Dell this week extended its arsenal of data center Ethernet switches, highlighted by a 100G device with ports dividable into 25G and 50G channels.
Twenty-five gigabit and 50G Ethernet are becoming popular options for data centers looking to fill the bandwidth gap between 10G and 40G for server-to-top-of-rack switch connectivity. Products supporting 25/50G are intended to scale network bandwidth to cloud server and storage endpoints, where workloads are expected to surpass the capacity of 10/40G Ethernet links deployed today.
These products are also expected to lower the cost per gigabit and power consumption of these links in that they support the same Ethernet link protocol lane structure as 100G, which is four 25G lanes and two 50G lanes. Several vendors formed an industry consortium to back development of 25/50G data center products, and the IEEE recently formed a 25/50G study group.
Dell’s initial entry into this market is the Z9100 switch. The Z9100 is a 1RU fixed form factor switch with either 32 100G, 64 50G, 32 40G, 128 25G or 128 + 2 ports of 10G using a breakout cable. The switch is designed for the aggregation and access layers in a data center network.
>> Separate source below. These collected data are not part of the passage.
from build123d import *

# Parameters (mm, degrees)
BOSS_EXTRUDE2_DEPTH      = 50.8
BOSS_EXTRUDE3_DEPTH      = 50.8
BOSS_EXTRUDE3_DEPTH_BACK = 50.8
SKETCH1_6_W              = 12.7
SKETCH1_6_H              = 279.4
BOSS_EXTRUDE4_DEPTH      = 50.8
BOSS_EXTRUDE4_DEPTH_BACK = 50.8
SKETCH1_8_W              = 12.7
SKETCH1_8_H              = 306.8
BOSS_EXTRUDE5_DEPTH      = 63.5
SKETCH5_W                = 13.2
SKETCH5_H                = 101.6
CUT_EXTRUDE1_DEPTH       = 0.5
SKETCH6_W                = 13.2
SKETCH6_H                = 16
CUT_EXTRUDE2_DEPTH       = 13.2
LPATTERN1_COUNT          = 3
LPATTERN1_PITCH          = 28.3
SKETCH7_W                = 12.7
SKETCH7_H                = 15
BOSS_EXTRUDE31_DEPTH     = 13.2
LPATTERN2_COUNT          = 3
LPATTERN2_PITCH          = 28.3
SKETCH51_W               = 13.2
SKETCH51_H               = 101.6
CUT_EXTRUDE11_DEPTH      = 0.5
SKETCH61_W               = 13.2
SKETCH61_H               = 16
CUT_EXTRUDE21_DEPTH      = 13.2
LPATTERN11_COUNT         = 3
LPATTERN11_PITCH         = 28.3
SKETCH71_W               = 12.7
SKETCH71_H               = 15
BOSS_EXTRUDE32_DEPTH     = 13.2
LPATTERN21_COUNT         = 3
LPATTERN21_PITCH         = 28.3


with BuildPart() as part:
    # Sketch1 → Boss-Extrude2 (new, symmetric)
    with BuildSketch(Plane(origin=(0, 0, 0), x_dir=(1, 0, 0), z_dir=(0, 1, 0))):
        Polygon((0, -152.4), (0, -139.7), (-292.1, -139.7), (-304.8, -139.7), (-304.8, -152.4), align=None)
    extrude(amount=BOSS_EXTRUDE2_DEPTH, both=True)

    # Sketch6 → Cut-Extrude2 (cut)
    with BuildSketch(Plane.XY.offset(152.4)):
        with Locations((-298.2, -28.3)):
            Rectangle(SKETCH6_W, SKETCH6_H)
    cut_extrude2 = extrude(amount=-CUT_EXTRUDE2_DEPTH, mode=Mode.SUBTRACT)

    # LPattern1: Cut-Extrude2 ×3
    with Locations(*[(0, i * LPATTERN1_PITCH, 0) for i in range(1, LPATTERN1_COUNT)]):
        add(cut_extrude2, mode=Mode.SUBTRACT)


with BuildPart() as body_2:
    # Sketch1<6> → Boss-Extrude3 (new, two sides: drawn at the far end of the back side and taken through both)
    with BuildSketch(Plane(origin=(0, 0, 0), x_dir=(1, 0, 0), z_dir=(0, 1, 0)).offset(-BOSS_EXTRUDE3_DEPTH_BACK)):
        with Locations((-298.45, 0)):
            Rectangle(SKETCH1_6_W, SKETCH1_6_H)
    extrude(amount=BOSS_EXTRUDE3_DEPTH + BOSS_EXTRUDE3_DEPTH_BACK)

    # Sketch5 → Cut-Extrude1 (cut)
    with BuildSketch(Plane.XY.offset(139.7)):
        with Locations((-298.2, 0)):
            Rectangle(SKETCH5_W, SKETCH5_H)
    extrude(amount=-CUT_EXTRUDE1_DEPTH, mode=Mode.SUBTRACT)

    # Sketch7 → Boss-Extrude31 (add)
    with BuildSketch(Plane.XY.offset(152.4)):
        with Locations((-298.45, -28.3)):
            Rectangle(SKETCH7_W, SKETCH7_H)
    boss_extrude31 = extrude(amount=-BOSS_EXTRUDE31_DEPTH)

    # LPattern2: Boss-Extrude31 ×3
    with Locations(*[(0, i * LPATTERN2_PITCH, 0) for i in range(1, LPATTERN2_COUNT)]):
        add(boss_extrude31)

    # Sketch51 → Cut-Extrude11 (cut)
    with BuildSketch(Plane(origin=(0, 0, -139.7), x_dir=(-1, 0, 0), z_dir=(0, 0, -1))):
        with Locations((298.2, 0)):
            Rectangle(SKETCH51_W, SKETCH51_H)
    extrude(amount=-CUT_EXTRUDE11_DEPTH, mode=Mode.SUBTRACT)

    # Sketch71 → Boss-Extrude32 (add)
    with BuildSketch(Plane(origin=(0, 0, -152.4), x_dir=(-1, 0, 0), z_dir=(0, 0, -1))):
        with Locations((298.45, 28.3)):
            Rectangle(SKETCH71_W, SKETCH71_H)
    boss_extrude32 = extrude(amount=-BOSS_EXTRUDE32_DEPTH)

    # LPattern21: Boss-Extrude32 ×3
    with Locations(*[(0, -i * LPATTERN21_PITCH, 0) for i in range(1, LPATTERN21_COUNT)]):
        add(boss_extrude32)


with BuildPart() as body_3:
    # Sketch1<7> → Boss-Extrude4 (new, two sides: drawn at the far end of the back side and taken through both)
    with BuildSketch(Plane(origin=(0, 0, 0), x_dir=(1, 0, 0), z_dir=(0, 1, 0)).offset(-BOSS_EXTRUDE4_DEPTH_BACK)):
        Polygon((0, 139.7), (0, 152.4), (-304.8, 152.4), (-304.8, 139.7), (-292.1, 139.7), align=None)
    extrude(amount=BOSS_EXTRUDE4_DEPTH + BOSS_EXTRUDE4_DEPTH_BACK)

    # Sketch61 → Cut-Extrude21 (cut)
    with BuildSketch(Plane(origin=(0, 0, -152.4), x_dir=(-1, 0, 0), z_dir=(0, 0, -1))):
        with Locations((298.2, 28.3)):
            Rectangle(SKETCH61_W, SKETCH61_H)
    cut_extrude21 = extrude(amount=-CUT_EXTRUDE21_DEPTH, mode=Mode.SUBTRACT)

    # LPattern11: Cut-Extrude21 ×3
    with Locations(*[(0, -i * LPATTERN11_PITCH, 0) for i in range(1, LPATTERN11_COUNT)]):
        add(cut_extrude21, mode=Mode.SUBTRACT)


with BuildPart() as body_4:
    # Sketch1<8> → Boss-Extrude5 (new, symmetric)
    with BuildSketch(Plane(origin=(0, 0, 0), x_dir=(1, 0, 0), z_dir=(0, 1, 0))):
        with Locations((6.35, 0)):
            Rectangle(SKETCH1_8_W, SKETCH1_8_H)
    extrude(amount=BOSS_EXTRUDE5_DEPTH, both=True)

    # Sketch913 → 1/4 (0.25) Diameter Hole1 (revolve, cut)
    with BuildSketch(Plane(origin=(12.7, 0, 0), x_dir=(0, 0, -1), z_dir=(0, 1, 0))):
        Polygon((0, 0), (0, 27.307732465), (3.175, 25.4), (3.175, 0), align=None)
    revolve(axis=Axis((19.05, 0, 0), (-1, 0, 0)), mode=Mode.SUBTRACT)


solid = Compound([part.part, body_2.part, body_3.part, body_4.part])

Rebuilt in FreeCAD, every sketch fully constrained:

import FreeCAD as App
import Part
import Sketcher
Q = App.Units.Quantity


def add_polygon(sketch, points):
    """Adds a closed chain of lines whose ends are joined by coincident constraints."""
    first, n = sketch.GeometryCount, len(points)
    for a, b in zip(points, points[1:] + points[:1]):
        sketch.addGeometry(Part.LineSegment(App.Vector(*a, 0), App.Vector(*b, 0)), False)
    for i in range(n):
        sketch.addConstraint(Sketcher.Constraint("Coincident", first + i, 2, first + (i + 1) % n, 1))

doc = App.newDocument("Part")
body = doc.addObject("PartDesign::Body", "Body")

# Sketch on XZ plane
sketch1 = body.newObject("Sketcher::SketchObject", "Sketch")
sketch1.AttachmentSupport = (doc.getObject("XZ_Plane"), [""])
sketch1.MapMode = "FlatFace"
add_polygon(sketch1, [(0, 152.4), (0, 139.7), (-304.8, 139.7), (-304.8, 152.4)])  # lines 0-3
sketch1.addConstraint([
    Sketcher.Constraint("Vertical", 0),
    Sketcher.Constraint("Horizontal", 1),
    Sketcher.Constraint("Vertical", 2),
    Sketcher.Constraint("Horizontal", 3),
    Sketcher.Constraint("PointOnObject", 0, 2, -2),
    Sketcher.Constraint("DistanceX", 1, 2, 1, 1, Q("12 in")),
    Sketcher.Constraint("DistanceY", 0, 2, 0, 1, Q("0.5 in")),
    Sketcher.Constraint("DistanceY", -1, 1, 2, 2, Q("6 in")),
])
pad1 = body.newObject("PartDesign::Pad", "Pad")
pad1.Profile = sketch1
pad1.Length = Q("4 in")
pad1.Midplane = True

# Sketch on XY plane
sketch2 = body.newObject("Sketcher::SketchObject", "Sketch001")
sketch2.AttachmentSupport = (doc.getObject("XY_Plane"), [""])
sketch2.MapMode = "FlatFace"
sketch2.AttachmentOffset = App.Placement(App.Vector(0, 0, 6 * 25.4), App.Rotation())
add_polygon(sketch2, [(-304.8, -20.3), (-304.8, -36.3), (-291.6, -36.3), (-291.6, -20.3)])  # lines 0-3
sketch2.addConstraint([
    Sketcher.Constraint("Vertical", 0),
    Sketcher.Constraint("Horizontal", 1),
    Sketcher.Constraint("Vertical", 2),
    Sketcher.Constraint("Horizontal", 3),
    Sketcher.Constraint("DistanceX", 0, 2, -1, 1, Q("12 in")),
    Sketcher.Constraint("DistanceX", 1, 1, 1, 2, 13.2),
    Sketcher.Constraint("DistanceY", 0, 2, 0, 1, 16.0),
    Sketcher.Constraint("DistanceY", 0, 2, -1, 1, 36.3),
])
pocket1 = body.newObject("PartDesign::Pocket", "Pocket")
pocket1.Profile = sketch2
pocket1.Length = 13.2
doc.recompute()

linearpattern = body.newObject("PartDesign::LinearPattern", "LinearPattern")
linearpattern.Originals = [pocket1]
linearpattern.Direction = (doc.getObject("Y_Axis"), [""])
linearpattern.Mode = "offset"
linearpattern.Offset = 28.3
linearpattern.Occurrences = 3
body.Tip = linearpattern
body2 = doc.addObject("PartDesign::Body", "Body001")

# Sketch on XZ plane
sketch3 = body2.newObject("Sketcher::SketchObject", "Sketch002")
sketch3.AttachmentSupport = (doc.getObject("XZ_Plane001"), [""])
sketch3.MapMode = "FlatFace"
add_polygon(sketch3, [(-304.8, -139.7), (-304.8, 139.7), (-292.1, 139.7), (-292.1, -139.7)])  # lines 0-3
sketch3.addConstraint([
    Sketcher.Constraint("Vertical", 0),
    Sketcher.Constraint("Horizontal", 1),
    Sketcher.Constraint("Vertical", 2),
    Sketcher.Constraint("Horizontal", 3),
    Sketcher.Constraint("DistanceY", 0, 1, 0, 2, Q("11 in")),
    Sketcher.Constraint("DistanceX", 1, 1, 1, 2, Q("0.5 in")),
    Sketcher.Constraint("DistanceX", 0, 2, -1, 1, Q("12 in")),
    Sketcher.Constraint("DistanceY", -1, 1, 0, 2, Q("5.5 in")),
])
pad2 = body2.newObject("PartDesign::Pad", "Pad001")
pad2.Profile = sketch3
pad2.Type = "TwoLengths"
pad2.Length = Q("2 in")
pad2.Length2 = Q("2 in")
pad2.Reversed = True

# Sketch on XY plane
sketch4 = body2.newObject("Sketcher::SketchObject", "Sketch003")
sketch4.AttachmentSupport = (doc.getObject("XY_Plane001"), [""])
sketch4.MapMode = "FlatFace"
sketch4.AttachmentOffset = App.Placement(App.Vector(0, 0, 5.5 * 25.4), App.Rotation())
add_polygon(sketch4, [(-304.8, 50.8), (-304.8, -50.8), (-291.6, -50.8), (-291.6, 50.8)])  # lines 0-3
sketch4.addConstraint([
    Sketcher.Constraint("Vertical", 0),
    Sketcher.Constraint("Horizontal", 1),
    Sketcher.Constraint("Vertical", 2),
    Sketcher.Constraint("Horizontal", 3),
    Sketcher.Constraint("DistanceY", 0, 2, 0, 1, Q("4 in")),
    Sketcher.Constraint("DistanceX", 0, 2, -1, 1, Q("12 in")),
    Sketcher.Constraint("DistanceY", 0, 2, -1, 1, Q("2 in")),
    Sketcher.Constraint("DistanceX", 1, 1, 1, 2, 13.2),
])
pocket2 = body2.newObject("PartDesign::Pocket", "Pocket001")
pocket2.Profile = sketch4
pocket2.Length = 0.5

# Sketch on XY plane
sketch5 = body2.newObject("Sketcher::SketchObject", "Sketch004")
sketch5.AttachmentSupport = (doc.getObject("XY_Plane001"), [""])
sketch5.MapMode = "FlatFace"
sketch5.AttachmentOffset = App.Placement(App.Vector(0, 0, 6 * 25.4), App.Rotation())
add_polygon(sketch5, [(-304.8, -20.8), (-304.8, -35.8), (-292.1, -35.8), (-292.1, -20.8)])  # lines 0-3
sketch5.addConstraint([
    Sketcher.Constraint("Vertical", 0),
    Sketcher.Constraint("Horizontal", 1),
    Sketcher.Constraint("Vertical", 2),
    Sketcher.Constraint("Horizontal", 3),
    Sketcher.Constraint("DistanceX", 1, 1, 1, 2, Q("0.5 in")),
    Sketcher.Constraint("DistanceX", 0, 2, -1, 1, Q("12 in")),
    Sketcher.Constraint("DistanceY", 0, 2, 0, 1, 15.0),
    Sketcher.Constraint("DistanceY", 0, 2, -1, 1, 35.8),
])
pad3 = body2.newObject("PartDesign::Pad", "Pad002")
pad3.Profile = sketch5
pad3.Length = 13.2
pad3.Reversed = True
doc.recompute()

linearpattern2 = body2.newObject("PartDesign::LinearPattern", "LinearPattern001")
linearpattern2.Originals = [pad3]
linearpattern2.Direction = (doc.getObject("Y_Axis001"), [""])
linearpattern2.Mode = "offset"
linearpattern2.Offset = 28.3
linearpattern2.Occurrences = 3
body2.Tip = linearpattern2

# Sketch on XY plane
sketch6 = body2.newObject("Sketcher::SketchObject", "Sketch005")
sketch6.AttachmentSupport = (doc.getObject("XY_Plane001"), [""])
sketch6.MapMode = "FlatFace"
sketch6.AttachmentOffset = App.Placement(App.Vector(0, 0, -5.5 * 25.4), App.Rotation())
add_polygon(sketch6, [(-291.6, 50.8), (-291.6, -50.8), (-304.8, -50.8), (-304.8, 50.8)])  # lines 0-3
sketch6.addConstraint([
    Sketcher.Constraint("Vertical", 0),
    Sketcher.Constraint("Horizontal", 1),
    Sketcher.Constraint("Vertical", 2),
    Sketcher.Constraint("Horizontal", 3),
    Sketcher.Constraint("DistanceY", 0, 2, 0, 1, Q("4 in")),
    Sketcher.Constraint("DistanceY", 0, 2, -1, 1, Q("2 in")),
    Sketcher.Constraint("DistanceX", 1, 2, -1, 1, Q("12 in")),
    Sketcher.Constraint("DistanceX", 1, 2, 1, 1, 13.2),
])
pocket3 = body2.newObject("PartDesign::Pocket", "Pocket002")
pocket3.Profile = sketch6
pocket3.Length = 0.5
pocket3.Reversed = True

# Sketch on XY plane
sketch7 = body2.newObject("Sketcher::SketchObject", "Sketch006")
sketch7.AttachmentSupport = (doc.getObject("XY_Plane001"), [""])
sketch7.MapMode = "FlatFace"
sketch7.AttachmentOffset = App.Placement(App.Vector(0, 0, -6 * 25.4), App.Rotation())
add_polygon(sketch7, [(-292.1, 35.8), (-292.1, 20.8), (-304.8, 20.8), (-304.8, 35.8)])  # lines 0-3
sketch7.addConstraint([
    Sketcher.Constraint("Vertical", 0),
    Sketcher.Constraint("Horizontal", 1),
    Sketcher.Constraint("Vertical", 2),
    Sketcher.Constraint("Horizontal", 3),
    Sketcher.Constraint("DistanceX", 1, 2, 1, 1, Q("0.5 in")),
    Sketcher.Constraint("DistanceX", 1, 2, -1, 1, Q("12 in")),
    Sketcher.Constraint("DistanceY", 0, 2, 0, 1, 15.0),
    Sketcher.Constraint("DistanceY", -1, 1, 0, 2, 20.8),
])
pad4 = body2.newObject("PartDesign::Pad", "Pad003")
pad4.Profile = sketch7
pad4.Length = 13.2
doc.recompute()

linearpattern3 = body2.newObject("PartDesign::LinearPattern", "LinearPattern002")
linearpattern3.Originals = [pad4]
linearpattern3.Direction = (doc.getObject("Y_Axis001"), [""])
linearpattern3.Mode = "offset"
linearpattern3.Offset = 28.3
linearpattern3.Occurrences = 3
linearpattern3.Reversed = True
body2.Tip = linearpattern3
body3 = doc.addObject("PartDesign::Body", "Body002")

# Sketch on XZ plane
sketch8 = body3.newObject("Sketcher::SketchObject", "Sketch007")
sketch8.AttachmentSupport = (doc.getObject("XZ_Plane002"), [""])
sketch8.MapMode = "FlatFace"
add_polygon(sketch8, [(0, -139.7), (0, -152.4), (-304.8, -152.4), (-304.8, -139.7)])  # lines 0-3
sketch8.addConstraint([
    Sketcher.Constraint("Vertical", 0),
    Sketcher.Constraint("Horizontal", 1),
    Sketcher.Constraint("Vertical", 2),
    Sketcher.Constraint("Horizontal", 3),
    Sketcher.Constraint("PointOnObject", 0, 2, -2),
    Sketcher.Constraint("DistanceX", 1, 2, 1, 1, Q("12 in")),
    Sketcher.Constraint("DistanceY", 0, 2, 0, 1, Q("0.5 in")),
    Sketcher.Constraint("DistanceY", 0, 2, -1, 1, Q("6 in")),
])
pad5 = body3.newObject("PartDesign::Pad", "Pad004")
pad5.Profile = sketch8
pad5.Type = "TwoLengths"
The Z9100 will go up against Cisco’s Nexus 9504 and Juniper’s new QFX10002 switches. Dell claims significant port density gains per RU over those switches.
Another new switch is the Dell S4048. This is a low-latency 10/40G top-of-rack switch with large hardware tables, VXLAN and expanded buffering designed for Web and cloud service providers with Linux and OpenSource-heavy environments. It sports 48 dual-speed 1/10G ports and six 40G uplinks.
The third offering is the Dell S3048, a 1/10G Ethernet top-of-rack switch also built for Web and cloud service providers with Linux and open source-heavy environments. The S3038 features 48 1000Base-T ports supporting 10M/100M/1000Mbps bandwidths, and four 10G SFP+ uplinks. It comes with Dell’s OS9 operating system and feature set, including Virtual Link Trunking, OpenFlow, OpenAutomation, Cloud Stack Integration with OpenStack, Microsoft, VMware and Docker, among others.
All of these switches support the Open Network Install Environment (ONIE) to allow for install of pre-qualified third party operating systems. With ONIE loading, these networking switches can be booted without using proprietary means, Dell says.
The switches are tested and validated with third party operating systems and network virtualization software from Dell partners Cumulus Networks, Big Switch Networks, VMware and Midokura.
Dell also added to that partner roster this week with the inclusion of IP Infusion, a developer of network operating system software for enterprises and service providers. IP Infusion’s OcNOS includes support for MPLS and VPLS for WAN, VPN and data center interconnect applications.
The Dell Z9100 is currently in customer trials and is expected to be available in the second half of 2015. It costs $5,000 per port without optics.
The Dell S4048, including 48x10G and 6x40G or 72x10G ports and larger hardware tables, VXLAN and expanding buffering are available now. It costs $18,500.
The Dell S3048, including 48 1GBase-T and 4x10G-SFP ports will be available in May. It costs $8,000.